# Dating my Boss Chorus Ensemble CE-1



## Duncan (Apr 26, 2017)

Don't have a pic to post just yet but i'm trying to find the production year for this pedal serial # 940146 any info would be appreciated thanks


----------



## jbealsmusic (Feb 12, 2014)

Sept. 1988
Boss Pedal Serial Decoder


----------



## Duncan (Apr 26, 2017)

thanks j


----------



## Cups (Jan 5, 2010)

You shouldn't date inanimate objects. You'll just end up getting emotionally scarred.


----------



## mhammer (Nov 30, 2007)

jbealsmusic said:


> Sept. 1988
> Boss Pedal Serial Decoder


The history table I have of production timelines shows the CE-1 as in production until late 1984. I don't remember precisely where I got the table, but I believe it was from here: Amazon.com: Boss Book: The Ultimate Guide to the World's Most Popular Compact Effects for Guitar (9780634044809): Hal Leonard Corp.: Books

I'm not disputing what the serial decoder has indicated. Just noting that the two sources differ. 1988 seems kinda late to me. The same chart indicates that the CE-2 stopped production at the end of 1982, and the CE-3 started production in late 1982. So, the idea that the CE-1 would have been produced at the same time as the DC-2 was in full swing, the CE-3 was starting to wind down, and the DM-3 had stopped production, seems kind of odd.
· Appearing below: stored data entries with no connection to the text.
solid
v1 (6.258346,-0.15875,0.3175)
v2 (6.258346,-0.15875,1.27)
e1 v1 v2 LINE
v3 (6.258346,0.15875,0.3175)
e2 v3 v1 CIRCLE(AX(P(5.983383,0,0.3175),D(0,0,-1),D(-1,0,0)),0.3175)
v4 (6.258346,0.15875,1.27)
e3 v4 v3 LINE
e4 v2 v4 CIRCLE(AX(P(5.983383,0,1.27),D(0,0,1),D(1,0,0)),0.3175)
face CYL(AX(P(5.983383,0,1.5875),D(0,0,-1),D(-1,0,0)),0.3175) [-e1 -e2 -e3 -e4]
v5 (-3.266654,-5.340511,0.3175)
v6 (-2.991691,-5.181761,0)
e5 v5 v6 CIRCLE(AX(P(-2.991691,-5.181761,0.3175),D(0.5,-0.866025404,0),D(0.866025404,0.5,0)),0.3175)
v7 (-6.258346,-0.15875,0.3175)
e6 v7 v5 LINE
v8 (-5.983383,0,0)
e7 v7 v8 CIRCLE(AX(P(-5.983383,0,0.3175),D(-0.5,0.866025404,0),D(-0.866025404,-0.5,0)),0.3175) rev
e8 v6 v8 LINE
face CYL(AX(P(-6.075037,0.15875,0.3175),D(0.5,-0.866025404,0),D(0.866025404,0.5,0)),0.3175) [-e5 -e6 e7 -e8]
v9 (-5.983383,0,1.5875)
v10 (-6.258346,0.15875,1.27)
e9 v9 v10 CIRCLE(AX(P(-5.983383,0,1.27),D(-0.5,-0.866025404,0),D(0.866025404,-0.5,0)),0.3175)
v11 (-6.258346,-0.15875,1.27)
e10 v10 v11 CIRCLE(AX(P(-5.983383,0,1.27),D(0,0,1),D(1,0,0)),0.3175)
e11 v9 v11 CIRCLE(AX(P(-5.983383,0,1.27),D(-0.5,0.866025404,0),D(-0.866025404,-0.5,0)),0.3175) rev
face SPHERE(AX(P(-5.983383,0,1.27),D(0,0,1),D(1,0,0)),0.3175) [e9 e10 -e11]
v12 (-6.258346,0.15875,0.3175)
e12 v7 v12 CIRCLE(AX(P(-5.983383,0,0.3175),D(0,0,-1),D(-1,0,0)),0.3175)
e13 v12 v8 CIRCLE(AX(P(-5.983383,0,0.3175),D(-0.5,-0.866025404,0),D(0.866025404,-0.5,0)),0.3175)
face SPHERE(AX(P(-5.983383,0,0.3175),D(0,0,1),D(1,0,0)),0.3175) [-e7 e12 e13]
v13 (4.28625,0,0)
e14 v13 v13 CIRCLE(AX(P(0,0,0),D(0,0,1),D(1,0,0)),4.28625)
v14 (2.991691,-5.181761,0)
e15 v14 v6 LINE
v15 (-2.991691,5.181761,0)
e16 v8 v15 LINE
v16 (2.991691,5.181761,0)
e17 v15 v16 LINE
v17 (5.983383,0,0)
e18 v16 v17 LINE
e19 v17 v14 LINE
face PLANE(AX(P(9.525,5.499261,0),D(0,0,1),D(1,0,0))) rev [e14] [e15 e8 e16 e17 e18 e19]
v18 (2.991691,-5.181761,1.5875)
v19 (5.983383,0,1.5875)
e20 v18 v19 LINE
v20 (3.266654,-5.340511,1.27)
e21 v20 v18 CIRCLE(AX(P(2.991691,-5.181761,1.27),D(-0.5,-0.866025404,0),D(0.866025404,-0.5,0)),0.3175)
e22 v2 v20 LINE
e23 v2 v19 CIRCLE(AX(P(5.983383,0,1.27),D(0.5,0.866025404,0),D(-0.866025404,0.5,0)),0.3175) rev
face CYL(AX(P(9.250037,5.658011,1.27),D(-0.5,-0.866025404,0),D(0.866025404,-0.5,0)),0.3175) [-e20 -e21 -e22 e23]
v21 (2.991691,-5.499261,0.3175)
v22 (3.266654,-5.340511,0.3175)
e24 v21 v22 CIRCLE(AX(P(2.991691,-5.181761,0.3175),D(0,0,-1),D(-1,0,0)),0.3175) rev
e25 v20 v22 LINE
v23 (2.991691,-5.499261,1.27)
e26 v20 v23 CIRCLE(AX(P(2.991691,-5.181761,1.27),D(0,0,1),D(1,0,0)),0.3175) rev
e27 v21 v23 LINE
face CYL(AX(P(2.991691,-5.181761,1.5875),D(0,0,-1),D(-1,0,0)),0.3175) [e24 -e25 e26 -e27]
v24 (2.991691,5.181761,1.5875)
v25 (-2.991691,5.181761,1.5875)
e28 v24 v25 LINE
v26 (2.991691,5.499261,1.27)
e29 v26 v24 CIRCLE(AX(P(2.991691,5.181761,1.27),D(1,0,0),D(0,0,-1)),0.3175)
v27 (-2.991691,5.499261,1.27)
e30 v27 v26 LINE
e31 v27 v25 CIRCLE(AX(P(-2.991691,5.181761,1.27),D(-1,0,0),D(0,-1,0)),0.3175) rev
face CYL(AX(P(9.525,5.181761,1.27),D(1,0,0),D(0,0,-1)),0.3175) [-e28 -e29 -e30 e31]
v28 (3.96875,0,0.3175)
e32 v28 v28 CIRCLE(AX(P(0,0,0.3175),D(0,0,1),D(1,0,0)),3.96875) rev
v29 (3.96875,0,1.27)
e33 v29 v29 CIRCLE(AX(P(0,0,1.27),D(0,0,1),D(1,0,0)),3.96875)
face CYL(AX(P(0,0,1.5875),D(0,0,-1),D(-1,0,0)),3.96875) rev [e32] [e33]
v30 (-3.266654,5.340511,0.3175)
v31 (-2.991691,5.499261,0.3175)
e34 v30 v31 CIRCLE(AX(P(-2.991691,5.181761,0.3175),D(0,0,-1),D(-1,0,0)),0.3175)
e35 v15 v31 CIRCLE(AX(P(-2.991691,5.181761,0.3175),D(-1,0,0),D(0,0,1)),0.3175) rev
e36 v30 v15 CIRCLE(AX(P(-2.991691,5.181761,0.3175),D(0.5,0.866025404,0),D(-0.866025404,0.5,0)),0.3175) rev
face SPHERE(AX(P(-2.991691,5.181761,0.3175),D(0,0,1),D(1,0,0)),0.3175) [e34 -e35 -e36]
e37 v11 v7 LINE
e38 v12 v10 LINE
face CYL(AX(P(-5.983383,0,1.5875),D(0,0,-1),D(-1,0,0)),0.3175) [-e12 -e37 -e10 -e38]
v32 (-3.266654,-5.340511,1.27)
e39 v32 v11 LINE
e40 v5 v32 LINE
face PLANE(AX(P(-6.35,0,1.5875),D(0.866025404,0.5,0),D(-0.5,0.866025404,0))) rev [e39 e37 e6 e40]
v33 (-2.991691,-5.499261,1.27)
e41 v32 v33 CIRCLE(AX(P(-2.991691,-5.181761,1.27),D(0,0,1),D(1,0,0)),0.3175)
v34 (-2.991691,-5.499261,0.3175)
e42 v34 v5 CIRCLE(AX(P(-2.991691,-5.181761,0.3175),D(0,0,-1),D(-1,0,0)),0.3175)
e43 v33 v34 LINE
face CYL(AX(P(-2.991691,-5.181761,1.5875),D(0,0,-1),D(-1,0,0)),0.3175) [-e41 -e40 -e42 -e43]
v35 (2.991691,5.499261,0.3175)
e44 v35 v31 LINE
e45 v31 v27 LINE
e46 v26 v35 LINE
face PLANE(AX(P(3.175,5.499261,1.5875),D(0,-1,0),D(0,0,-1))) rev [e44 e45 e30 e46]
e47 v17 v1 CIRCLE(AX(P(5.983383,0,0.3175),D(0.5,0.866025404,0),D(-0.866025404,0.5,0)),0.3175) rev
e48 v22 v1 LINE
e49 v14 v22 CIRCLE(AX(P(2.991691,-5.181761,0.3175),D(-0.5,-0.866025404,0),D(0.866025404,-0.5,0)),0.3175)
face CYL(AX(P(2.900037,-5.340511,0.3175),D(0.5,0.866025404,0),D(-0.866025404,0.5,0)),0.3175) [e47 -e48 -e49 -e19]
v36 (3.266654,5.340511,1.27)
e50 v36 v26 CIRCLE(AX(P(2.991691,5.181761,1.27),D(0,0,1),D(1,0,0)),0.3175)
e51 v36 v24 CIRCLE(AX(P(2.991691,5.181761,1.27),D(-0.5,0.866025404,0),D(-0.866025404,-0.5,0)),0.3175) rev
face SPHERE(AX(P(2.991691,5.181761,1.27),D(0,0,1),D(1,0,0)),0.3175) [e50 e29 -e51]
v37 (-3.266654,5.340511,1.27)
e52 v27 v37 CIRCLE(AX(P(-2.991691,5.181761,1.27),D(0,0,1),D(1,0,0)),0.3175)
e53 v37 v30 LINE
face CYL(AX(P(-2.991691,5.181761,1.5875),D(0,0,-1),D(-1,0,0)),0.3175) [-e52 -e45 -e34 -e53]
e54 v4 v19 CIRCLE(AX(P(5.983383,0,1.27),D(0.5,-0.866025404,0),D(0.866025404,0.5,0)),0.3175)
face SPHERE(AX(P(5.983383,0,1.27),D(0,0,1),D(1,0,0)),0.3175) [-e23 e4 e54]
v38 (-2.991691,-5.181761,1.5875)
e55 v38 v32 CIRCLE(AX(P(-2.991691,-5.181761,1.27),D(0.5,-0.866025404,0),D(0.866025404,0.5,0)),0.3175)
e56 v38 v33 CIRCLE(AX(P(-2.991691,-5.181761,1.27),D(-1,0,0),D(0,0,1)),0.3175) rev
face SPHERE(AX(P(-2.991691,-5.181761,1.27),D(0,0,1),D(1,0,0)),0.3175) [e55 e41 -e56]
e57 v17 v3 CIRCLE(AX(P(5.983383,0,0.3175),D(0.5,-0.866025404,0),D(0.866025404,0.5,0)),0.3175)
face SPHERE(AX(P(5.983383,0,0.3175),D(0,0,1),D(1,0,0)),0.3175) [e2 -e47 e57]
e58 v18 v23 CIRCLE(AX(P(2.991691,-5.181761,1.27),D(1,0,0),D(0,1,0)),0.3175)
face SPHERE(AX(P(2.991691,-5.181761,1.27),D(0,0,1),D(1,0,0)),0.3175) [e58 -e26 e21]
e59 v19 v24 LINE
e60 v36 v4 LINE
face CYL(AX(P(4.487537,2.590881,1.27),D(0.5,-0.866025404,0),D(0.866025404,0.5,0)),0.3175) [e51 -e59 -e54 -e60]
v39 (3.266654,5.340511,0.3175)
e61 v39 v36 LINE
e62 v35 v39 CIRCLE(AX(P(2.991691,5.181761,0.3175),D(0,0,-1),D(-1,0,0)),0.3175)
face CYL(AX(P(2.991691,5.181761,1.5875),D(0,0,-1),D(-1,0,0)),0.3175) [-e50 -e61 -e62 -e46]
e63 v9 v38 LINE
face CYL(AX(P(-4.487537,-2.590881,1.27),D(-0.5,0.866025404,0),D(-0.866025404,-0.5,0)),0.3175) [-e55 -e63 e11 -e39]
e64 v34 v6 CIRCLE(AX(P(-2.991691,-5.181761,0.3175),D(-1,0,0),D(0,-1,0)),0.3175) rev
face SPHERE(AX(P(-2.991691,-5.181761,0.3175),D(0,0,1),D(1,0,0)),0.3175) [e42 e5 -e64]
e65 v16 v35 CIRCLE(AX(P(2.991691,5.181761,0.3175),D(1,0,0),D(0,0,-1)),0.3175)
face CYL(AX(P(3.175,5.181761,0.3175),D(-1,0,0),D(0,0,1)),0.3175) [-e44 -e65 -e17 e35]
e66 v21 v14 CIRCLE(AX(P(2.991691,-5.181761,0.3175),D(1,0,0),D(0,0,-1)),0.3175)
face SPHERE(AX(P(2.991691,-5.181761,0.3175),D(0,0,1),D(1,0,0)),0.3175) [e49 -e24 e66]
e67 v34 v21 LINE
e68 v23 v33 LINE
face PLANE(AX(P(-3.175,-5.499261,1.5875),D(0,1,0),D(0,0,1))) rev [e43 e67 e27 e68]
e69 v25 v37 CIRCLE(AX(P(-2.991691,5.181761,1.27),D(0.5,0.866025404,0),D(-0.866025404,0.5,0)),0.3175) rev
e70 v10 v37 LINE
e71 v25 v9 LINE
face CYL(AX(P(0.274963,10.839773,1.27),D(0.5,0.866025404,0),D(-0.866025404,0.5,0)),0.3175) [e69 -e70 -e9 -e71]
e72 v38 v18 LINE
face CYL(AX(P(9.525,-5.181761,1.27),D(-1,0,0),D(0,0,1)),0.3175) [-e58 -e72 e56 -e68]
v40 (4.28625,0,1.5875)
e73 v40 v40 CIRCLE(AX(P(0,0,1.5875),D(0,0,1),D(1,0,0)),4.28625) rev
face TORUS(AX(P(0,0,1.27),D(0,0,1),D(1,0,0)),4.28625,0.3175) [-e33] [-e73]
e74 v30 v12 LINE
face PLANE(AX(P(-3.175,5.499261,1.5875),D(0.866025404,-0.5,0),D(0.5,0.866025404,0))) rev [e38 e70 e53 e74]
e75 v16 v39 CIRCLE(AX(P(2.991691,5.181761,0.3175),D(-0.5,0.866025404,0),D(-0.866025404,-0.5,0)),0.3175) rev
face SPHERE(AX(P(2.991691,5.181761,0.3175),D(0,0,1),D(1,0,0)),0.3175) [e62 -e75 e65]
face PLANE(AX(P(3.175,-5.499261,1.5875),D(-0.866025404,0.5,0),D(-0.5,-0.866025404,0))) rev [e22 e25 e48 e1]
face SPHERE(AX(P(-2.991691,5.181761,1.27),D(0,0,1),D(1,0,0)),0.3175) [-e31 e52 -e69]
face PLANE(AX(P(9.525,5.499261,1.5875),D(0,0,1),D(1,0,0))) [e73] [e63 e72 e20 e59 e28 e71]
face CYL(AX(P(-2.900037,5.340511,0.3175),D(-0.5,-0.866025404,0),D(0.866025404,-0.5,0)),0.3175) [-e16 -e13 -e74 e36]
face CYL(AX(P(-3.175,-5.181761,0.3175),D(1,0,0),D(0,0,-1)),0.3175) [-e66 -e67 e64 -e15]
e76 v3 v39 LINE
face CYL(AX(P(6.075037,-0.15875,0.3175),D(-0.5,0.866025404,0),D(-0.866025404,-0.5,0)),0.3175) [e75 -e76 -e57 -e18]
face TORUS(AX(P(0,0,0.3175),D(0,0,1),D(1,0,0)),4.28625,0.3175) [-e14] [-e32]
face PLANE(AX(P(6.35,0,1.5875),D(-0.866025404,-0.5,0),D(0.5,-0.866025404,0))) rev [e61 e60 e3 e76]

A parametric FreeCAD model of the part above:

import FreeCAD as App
import Part
import Sketcher
from FreeCAD import Vector
Q = App.Units.Quantity


def add_polygon(sketch, points):
    """Adds a closed chain of lines whose ends are joined by coincident constraints."""
    first, n = sketch.GeometryCount, len(points)
    for a, b in zip(points, points[1:] + points[:1]):
        sketch.addGeometry(Part.LineSegment(App.Vector(*a, 0), App.Vector(*b, 0)), False)
    for i in range(n):
        sketch.addConstraint(Sketcher.Constraint("Coincident", first + i, 2, first + (i + 1) % n, 1))

doc = App.newDocument("Part")
body = doc.addObject("PartDesign::Body", "Body")

# Sketch on XY plane
sketch1 = doc.addObject("Sketcher::SketchObject", "Sketch")
body.addObject(sketch1)
sketch1.AttachmentSupport = (doc.XY_Plane, [""])
sketch1.MapMode = "FlatFace"
add_polygon(sketch1, [(6.3, 0), (3.2, 5.5), (-3.2, 5.5), (-6.3, 0), (-3.2, -5.5), (3.2, -5.5)])  # lines 0-5
sketch1.addGeometry(Part.Circle(Vector(0, 0, 0), Vector(0, 0, 1), 4), False)  # 6
sketch1.addConstraint(Sketcher.Constraint("Horizontal", 1))
sketch1.addConstraint(Sketcher.Constraint("Horizontal", 4))
sketch1.addConstraint(Sketcher.Constraint("Coincident", 6, 3, -1, 1))
sketch1.addConstraint(Sketcher.Constraint("Symmetric", 0, 2, 3, 2, -1, 1))
sketch1.addConstraint(Sketcher.Constraint("Symmetric", 2, 2, 5, 2, -1, 1))
sketch1.addConstraint(Sketcher.Constraint("PointOnObject", 2, 2, -1))
sketch1.addConstraint(Sketcher.Constraint("Parallel", 2, 5))
sketch1.addConstraint(Sketcher.Constraint("Vertical", 1, 2, 3, 2))
sketch1.addConstraint(Sketcher.Constraint("Diameter", 6, Q("0.3125 in")))
sketch1.addConstraint(Sketcher.Constraint("Angle", 0, Q("120 deg")))
sketch1.addConstraint(Sketcher.Constraint("DistanceX", 1, 2, 1, 1, Q("0.25 in")))
sketch1.addConstraint(Sketcher.Constraint("Distance", 0, Q("0.25 in")))
pad1 = doc.addObject("PartDesign::Pad", "Pad")
body.addObject(pad1)
pad1.Profile = sketch1
pad1.Length = Q("0.0625 in")
doc.recompute()

fillet = doc.addObject("PartDesign::Fillet", "Fillet")
body.addObject(fillet)
fillet.Base = (pad1, ["Edge1"])
fillet.UseAllEdges = True
fillet.Radius = Q("0.0125 in")

doc.recompute()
Particularly, since the MN3002 that the CE-1 depended on was out of production at that point, and eclipsed by other chips, like the MN3004 and 3204.


----------



## traynor_garnet (Feb 22, 2006)

I seem to recall reading somewhere that the boss dating system if often off by 10 years on CE-1s. I cannot remember where I read this, but do recall reading this info when I was dating the CE-1 I once owned.

TG


----------



## BMW-KTM (Apr 7, 2015)

Remember to give it a reach-around.


----------



## mister.zed (Jun 8, 2011)

Shouldn't date your Boss either.


----------



## Guest (May 11, 2017)

Cups said:


> You shouldn't date inanimate objects. You'll just end up getting emotionally scarred.


----------



## jbealsmusic (Feb 12, 2014)

mhammer said:


> The history table I have of production timelines shows the CE-1 as in production until late 1984. I don't remember precisely where I got the table, but I believe it was from here: Amazon.com: Boss Book: The Ultimate Guide to the World's Most Popular Compact Effects for Guitar (9780634044809): Hal Leonard Corp.: Books
> 
> I'm not disputing what the serial decoder has indicated. Just noting that the two sources differ. 1988 seems kinda late to me. The same chart indicates that the CE-2 stopped production at the end of 1982, and the CE-3 started production in late 1982. So, the idea that the CE-1 would have been produced at the same time as the DC-2 was in full swing, the CE-3 was starting to wind down, and the DM-3 had stopped production, seems kind of odd. Particularly, since the MN3002 that the CE-1 depended on was out of production at that point, and eclipsed by other chips, like the MN3004 and 3204.





traynor_garnet said:


> I seem to recall reading somewhere that the boss dating system if often off by 10 years on CE-1s. I cannot remember where I read this, but do recall reading this info when I was dating the CE-1 I once owned.
> 
> TG


Wasn't aware of that. Thanks for sharing!


----------



## exess_guitar (Nov 12, 2016)

Open it up and take a look at the date code on some of the electrolytic capacitors.


----------



## Duncan (Apr 26, 2017)

Hey folks thanks for the info and yes the boss pedalserial decoder is off by a decade my pedal is a 78 not an 88 thanks again.


----------